> WORK REQUEST
Only one stretch of the records below should be repeated. It starts with the line containing "e8 v8 v1 LINE" and goes on through the line containing "e15 v14 v13", exactly as written.

> Data extracted from a collection
--------------------------------
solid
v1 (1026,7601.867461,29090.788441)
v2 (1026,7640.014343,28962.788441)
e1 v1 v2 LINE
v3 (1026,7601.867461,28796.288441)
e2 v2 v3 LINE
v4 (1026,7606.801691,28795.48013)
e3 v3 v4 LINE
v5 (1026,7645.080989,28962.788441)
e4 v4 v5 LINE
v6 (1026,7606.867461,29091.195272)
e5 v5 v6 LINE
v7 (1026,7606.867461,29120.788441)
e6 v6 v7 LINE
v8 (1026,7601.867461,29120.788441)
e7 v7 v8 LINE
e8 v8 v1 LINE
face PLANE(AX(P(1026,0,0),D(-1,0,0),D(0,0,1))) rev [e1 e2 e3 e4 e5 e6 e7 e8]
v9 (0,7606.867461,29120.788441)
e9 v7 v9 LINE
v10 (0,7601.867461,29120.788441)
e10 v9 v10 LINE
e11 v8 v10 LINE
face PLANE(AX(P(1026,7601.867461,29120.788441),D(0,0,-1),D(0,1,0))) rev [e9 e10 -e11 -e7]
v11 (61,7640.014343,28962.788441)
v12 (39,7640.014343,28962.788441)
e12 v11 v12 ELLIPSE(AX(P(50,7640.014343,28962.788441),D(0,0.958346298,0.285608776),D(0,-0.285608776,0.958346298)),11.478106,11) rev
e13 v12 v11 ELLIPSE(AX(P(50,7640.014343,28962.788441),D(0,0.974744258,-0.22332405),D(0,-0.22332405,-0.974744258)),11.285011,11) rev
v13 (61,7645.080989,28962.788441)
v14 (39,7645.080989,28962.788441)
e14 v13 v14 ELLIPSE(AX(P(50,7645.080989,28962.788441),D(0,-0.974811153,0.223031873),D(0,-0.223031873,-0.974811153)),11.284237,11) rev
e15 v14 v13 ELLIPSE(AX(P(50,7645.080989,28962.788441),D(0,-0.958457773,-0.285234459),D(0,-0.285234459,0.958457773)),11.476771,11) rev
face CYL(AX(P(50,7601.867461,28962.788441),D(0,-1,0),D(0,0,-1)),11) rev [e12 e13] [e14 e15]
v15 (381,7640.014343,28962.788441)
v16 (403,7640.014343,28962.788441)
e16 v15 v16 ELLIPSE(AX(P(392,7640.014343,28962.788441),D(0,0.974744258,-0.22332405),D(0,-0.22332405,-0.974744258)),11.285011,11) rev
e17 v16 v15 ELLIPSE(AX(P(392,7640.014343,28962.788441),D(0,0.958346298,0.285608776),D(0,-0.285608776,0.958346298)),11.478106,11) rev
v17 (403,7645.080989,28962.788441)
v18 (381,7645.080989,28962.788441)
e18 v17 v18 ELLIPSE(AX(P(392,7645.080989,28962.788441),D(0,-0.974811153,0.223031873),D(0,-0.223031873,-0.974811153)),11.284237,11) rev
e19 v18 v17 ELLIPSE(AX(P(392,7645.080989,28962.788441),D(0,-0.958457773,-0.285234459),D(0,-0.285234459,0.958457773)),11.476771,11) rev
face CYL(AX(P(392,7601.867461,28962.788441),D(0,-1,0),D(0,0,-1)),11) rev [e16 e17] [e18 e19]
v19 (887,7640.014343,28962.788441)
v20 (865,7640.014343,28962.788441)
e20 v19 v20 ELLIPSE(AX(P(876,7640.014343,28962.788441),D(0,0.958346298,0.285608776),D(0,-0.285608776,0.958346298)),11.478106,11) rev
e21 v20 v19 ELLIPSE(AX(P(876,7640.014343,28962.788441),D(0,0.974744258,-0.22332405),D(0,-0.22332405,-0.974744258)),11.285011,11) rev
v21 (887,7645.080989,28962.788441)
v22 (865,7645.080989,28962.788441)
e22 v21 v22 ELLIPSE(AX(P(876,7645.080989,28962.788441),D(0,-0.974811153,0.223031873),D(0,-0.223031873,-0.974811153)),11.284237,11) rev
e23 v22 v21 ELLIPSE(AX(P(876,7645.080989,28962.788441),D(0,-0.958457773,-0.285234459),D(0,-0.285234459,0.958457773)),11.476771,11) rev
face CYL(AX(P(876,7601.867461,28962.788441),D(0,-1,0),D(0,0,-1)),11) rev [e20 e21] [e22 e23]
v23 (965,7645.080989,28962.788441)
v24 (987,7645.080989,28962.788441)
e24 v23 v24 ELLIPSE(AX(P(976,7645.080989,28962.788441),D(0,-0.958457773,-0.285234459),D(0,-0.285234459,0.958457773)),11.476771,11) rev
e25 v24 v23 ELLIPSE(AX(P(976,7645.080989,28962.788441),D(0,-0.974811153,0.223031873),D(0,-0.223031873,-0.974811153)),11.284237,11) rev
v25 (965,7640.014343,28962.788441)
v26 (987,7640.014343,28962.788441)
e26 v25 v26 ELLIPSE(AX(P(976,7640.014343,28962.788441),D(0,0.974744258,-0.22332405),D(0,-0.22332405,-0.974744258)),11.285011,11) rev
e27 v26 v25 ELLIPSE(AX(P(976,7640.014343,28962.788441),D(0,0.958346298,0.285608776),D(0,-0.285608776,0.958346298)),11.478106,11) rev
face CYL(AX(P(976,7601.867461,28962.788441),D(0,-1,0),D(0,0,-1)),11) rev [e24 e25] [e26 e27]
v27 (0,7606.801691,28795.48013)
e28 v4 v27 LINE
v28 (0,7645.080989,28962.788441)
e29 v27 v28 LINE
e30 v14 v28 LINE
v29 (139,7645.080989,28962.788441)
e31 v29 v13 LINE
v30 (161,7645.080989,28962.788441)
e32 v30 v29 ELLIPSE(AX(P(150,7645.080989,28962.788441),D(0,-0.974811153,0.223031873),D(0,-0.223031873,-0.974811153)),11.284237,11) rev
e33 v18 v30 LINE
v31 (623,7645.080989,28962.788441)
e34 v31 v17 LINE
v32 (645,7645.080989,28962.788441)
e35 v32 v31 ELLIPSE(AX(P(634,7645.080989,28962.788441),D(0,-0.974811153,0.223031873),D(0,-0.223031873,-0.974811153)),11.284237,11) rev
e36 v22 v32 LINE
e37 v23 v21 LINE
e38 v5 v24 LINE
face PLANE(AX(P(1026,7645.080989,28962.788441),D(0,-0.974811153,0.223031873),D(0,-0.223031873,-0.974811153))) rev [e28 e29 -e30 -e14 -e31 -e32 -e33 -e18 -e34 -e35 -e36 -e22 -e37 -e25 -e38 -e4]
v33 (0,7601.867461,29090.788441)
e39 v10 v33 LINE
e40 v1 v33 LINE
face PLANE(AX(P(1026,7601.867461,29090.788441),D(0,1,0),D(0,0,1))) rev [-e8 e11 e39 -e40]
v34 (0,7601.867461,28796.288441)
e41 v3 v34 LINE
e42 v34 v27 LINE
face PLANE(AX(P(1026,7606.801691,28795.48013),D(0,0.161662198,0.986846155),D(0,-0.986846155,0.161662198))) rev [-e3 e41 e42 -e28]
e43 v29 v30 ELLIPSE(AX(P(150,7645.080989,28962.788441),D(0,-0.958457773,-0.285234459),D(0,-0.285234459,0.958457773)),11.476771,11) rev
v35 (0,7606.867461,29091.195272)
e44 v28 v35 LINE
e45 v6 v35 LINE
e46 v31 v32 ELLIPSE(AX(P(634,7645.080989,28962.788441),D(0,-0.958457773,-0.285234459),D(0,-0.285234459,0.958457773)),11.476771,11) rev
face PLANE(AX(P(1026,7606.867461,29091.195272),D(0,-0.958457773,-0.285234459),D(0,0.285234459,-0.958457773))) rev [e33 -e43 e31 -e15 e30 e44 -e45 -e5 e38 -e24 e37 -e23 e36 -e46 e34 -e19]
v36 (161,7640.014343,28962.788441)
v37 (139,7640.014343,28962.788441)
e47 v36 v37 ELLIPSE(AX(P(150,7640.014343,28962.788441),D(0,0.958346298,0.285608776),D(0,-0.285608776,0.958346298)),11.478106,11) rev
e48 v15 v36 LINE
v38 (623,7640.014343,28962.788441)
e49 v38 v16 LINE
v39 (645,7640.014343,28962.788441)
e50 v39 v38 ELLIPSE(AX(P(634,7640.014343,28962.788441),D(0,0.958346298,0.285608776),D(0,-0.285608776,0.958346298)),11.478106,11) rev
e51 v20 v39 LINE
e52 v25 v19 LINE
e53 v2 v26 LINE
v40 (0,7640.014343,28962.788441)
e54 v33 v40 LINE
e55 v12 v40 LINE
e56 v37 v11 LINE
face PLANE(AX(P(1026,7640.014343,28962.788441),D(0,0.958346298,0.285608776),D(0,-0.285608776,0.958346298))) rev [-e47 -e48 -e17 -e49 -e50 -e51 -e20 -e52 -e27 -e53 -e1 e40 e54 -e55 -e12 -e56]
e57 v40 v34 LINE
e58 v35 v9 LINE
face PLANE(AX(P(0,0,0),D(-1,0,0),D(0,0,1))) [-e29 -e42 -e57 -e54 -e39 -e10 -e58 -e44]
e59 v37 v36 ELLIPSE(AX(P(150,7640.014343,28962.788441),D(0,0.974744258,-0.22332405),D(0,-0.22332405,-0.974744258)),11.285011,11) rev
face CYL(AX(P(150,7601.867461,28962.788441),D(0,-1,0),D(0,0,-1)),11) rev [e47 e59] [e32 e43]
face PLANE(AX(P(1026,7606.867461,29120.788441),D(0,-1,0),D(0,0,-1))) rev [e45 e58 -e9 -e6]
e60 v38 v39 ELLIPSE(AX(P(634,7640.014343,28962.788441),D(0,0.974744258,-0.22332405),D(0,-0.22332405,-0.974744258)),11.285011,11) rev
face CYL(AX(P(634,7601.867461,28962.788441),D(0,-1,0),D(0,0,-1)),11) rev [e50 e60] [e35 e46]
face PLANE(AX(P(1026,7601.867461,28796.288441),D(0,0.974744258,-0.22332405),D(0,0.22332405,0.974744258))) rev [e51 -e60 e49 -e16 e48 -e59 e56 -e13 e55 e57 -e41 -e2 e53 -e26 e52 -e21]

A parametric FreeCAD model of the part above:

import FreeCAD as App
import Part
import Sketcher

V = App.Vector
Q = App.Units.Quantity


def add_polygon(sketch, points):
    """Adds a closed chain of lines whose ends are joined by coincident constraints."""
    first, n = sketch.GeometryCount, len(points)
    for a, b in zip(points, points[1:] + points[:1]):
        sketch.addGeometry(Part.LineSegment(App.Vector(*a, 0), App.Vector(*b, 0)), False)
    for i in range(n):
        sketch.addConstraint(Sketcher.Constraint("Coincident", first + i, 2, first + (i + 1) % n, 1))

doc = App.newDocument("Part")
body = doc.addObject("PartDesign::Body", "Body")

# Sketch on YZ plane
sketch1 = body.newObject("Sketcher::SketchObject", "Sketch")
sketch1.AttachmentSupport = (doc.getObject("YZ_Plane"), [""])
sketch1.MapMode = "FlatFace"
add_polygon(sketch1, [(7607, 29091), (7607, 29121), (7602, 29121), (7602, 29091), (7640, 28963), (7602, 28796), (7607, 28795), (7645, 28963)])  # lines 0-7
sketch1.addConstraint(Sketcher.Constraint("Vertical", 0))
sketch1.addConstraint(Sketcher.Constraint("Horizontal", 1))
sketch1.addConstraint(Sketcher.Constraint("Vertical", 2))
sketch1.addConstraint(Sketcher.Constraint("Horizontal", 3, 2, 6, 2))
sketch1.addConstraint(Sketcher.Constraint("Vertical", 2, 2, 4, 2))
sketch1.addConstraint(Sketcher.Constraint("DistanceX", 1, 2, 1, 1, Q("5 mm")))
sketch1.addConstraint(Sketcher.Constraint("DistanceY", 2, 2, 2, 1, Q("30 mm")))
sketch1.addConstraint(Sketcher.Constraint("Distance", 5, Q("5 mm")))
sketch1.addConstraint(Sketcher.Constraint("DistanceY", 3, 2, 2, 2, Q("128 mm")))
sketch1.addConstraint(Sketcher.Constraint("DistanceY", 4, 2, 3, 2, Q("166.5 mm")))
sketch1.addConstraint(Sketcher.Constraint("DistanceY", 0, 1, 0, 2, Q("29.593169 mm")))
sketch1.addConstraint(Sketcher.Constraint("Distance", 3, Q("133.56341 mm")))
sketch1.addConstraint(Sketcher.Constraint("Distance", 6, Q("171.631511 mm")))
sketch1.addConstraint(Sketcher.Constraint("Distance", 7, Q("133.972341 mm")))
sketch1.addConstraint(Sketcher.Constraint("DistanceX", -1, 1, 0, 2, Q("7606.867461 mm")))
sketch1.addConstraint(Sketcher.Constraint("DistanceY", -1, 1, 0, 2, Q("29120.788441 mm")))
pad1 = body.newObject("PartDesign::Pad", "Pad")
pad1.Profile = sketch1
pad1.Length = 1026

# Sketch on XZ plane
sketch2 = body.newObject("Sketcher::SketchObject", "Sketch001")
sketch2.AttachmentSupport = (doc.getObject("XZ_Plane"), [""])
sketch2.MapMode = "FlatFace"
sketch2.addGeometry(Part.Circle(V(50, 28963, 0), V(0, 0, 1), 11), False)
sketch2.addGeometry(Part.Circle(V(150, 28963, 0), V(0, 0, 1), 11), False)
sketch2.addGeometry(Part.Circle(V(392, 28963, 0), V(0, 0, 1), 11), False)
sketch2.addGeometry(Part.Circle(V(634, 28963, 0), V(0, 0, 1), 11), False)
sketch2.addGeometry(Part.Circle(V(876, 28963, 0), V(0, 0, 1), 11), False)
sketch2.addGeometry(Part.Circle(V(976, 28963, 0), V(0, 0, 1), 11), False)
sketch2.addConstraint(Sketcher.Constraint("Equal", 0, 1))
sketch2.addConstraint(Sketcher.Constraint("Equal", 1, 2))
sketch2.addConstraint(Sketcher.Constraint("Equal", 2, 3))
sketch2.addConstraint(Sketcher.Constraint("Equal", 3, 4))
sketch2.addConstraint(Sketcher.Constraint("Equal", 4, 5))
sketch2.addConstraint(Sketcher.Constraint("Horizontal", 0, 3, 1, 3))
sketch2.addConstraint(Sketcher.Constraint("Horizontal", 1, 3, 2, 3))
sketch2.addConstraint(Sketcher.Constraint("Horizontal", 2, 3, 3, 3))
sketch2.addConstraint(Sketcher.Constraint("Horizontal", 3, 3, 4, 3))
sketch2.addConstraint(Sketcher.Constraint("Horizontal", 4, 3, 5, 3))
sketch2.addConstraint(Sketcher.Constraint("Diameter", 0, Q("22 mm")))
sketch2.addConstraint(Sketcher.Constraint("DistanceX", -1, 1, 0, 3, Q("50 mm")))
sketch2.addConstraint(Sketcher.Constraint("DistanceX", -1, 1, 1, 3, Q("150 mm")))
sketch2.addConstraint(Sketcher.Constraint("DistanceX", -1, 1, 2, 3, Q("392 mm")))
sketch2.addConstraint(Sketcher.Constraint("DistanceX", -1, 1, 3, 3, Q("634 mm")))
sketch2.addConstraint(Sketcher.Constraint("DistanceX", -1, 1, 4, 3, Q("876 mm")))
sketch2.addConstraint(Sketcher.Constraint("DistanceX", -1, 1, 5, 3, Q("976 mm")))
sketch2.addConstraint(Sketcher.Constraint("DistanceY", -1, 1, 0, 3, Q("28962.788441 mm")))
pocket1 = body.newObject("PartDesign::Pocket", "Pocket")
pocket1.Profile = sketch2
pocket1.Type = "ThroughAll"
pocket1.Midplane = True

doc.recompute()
--------------------------------
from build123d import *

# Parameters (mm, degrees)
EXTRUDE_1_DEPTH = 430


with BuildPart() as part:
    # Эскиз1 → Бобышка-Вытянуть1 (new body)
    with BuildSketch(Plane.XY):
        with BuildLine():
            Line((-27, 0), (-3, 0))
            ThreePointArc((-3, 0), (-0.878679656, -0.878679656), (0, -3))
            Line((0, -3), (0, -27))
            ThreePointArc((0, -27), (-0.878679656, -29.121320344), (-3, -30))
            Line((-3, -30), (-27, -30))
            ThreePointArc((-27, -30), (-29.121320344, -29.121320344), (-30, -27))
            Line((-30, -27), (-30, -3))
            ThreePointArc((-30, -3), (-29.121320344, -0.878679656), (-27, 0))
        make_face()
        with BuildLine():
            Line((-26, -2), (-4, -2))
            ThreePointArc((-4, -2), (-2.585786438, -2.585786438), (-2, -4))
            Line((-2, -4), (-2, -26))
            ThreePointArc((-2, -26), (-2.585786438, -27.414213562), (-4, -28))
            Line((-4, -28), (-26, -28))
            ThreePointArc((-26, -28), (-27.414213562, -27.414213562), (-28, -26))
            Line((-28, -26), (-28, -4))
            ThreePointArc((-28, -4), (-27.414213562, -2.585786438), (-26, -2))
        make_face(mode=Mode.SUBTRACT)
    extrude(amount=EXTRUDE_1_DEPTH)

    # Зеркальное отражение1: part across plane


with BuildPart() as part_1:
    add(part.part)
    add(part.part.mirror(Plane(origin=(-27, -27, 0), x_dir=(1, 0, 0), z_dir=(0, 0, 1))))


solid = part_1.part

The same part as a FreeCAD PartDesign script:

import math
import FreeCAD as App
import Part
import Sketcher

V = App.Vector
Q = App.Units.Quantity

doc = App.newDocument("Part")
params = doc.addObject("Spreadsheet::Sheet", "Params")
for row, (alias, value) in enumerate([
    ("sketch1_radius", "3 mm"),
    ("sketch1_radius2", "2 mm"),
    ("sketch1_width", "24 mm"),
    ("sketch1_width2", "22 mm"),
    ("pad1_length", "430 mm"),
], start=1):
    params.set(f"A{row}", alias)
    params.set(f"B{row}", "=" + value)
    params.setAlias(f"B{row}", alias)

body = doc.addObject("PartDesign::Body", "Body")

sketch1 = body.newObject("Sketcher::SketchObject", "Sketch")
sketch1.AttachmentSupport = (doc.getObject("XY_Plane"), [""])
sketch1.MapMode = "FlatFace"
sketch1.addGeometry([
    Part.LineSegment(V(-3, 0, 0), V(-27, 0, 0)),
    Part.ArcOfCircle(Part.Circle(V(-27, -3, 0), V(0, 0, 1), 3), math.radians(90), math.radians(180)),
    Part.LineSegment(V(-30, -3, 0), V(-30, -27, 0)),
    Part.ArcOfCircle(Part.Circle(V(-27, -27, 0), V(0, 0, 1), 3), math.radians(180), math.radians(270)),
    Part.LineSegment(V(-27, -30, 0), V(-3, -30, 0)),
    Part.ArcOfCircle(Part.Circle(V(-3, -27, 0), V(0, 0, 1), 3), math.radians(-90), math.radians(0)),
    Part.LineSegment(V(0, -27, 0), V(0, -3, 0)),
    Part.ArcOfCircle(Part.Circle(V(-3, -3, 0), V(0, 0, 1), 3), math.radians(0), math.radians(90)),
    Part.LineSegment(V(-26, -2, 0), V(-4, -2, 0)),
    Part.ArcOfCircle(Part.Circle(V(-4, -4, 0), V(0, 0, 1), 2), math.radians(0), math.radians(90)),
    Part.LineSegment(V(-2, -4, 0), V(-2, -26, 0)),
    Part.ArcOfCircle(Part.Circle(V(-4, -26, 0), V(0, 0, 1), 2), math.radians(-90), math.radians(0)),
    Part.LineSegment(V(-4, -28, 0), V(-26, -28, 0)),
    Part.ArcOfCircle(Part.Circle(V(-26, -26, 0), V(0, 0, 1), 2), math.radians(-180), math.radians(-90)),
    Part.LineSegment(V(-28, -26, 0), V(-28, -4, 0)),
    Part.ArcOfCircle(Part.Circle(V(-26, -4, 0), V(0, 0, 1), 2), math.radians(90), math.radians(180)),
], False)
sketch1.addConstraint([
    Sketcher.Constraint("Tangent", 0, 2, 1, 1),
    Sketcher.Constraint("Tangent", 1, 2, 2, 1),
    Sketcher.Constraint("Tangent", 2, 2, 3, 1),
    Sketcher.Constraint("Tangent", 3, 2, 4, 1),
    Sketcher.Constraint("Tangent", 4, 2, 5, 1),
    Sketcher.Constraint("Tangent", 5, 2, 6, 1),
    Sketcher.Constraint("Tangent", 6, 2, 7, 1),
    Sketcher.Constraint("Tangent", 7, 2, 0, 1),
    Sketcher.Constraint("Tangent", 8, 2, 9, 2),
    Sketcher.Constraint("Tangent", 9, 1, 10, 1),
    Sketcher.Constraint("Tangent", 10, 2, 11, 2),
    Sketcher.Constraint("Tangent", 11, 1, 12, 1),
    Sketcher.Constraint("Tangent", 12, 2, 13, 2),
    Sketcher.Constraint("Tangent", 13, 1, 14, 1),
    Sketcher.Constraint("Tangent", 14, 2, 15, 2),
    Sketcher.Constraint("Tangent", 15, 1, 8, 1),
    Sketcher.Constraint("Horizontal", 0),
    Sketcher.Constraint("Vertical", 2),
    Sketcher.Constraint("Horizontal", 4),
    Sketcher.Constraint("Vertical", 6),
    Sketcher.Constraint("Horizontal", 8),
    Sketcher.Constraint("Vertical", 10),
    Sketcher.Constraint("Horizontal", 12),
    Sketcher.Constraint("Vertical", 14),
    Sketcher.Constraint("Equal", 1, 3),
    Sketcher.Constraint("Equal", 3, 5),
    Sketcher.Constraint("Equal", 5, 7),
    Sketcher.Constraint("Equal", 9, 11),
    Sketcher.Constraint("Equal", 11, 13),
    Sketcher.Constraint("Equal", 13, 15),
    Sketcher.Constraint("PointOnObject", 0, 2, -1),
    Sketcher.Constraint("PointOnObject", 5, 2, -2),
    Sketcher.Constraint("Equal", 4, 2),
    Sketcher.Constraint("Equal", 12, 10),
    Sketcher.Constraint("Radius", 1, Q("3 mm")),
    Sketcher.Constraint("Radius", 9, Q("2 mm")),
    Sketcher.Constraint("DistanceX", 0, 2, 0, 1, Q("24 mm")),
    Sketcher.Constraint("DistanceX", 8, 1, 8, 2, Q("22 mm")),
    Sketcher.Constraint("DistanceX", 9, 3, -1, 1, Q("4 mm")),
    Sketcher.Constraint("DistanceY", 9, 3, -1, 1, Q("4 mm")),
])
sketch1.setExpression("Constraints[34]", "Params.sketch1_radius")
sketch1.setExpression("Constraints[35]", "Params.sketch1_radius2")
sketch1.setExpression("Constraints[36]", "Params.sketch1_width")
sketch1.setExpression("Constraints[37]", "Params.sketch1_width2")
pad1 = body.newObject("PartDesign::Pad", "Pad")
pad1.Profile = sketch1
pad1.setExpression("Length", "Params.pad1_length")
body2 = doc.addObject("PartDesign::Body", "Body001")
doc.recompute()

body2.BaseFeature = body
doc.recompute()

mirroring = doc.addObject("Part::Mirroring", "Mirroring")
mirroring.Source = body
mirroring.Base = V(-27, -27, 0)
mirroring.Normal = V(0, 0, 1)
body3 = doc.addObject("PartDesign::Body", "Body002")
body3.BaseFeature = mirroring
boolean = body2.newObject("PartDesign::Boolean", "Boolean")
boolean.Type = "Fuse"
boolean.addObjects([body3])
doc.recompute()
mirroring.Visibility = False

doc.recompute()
--------------------------------
> SOLUTION FOR THIS PROBLEM
e8 v8 v1 LINE
face PLANE(AX(P(1026,0,0),D(-1,0,0),D(0,0,1))) rev [e1 e2 e3 e4 e5 e6 e7 e8]
v9 (0,7606.867461,29120.788441)
e9 v7 v9 LINE
v10 (0,7601.867461,29120.788441)
e10 v9 v10 LINE
e11 v8 v10 LINE
face PLANE(AX(P(1026,7601.867461,29120.788441),D(0,0,-1),D(0,1,0))) rev [e9 e10 -e11 -e7]
v11 (61,7640.014343,28962.788441)
v12 (39,7640.014343,28962.788441)
e12 v11 v12 ELLIPSE(AX(P(50,7640.014343,28962.788441),D(0,0.958346298,0.285608776),D(0,-0.285608776,0.958346298)),11.478106,11) rev
e13 v12 v11 ELLIPSE(AX(P(50,7640.014343,28962.788441),D(0,0.974744258,-0.22332405),D(0,-0.22332405,-0.974744258)),11.285011,11) rev
v13 (61,7645.080989,28962.788441)
v14 (39,7645.080989,28962.788441)
e14 v13 v14 ELLIPSE(AX(P(50,7645.080989,28962.788441),D(0,-0.974811153,0.223031873),D(0,-0.223031873,-0.974811153)),11.284237,11) rev
e15 v14 v13 ELLIPSE(AX(P(50,7645.080989,28962.788441),D(0,-0.958457773,-0.285234459),D(0,-0.285234459,0.958457773)),11.476771,11) rev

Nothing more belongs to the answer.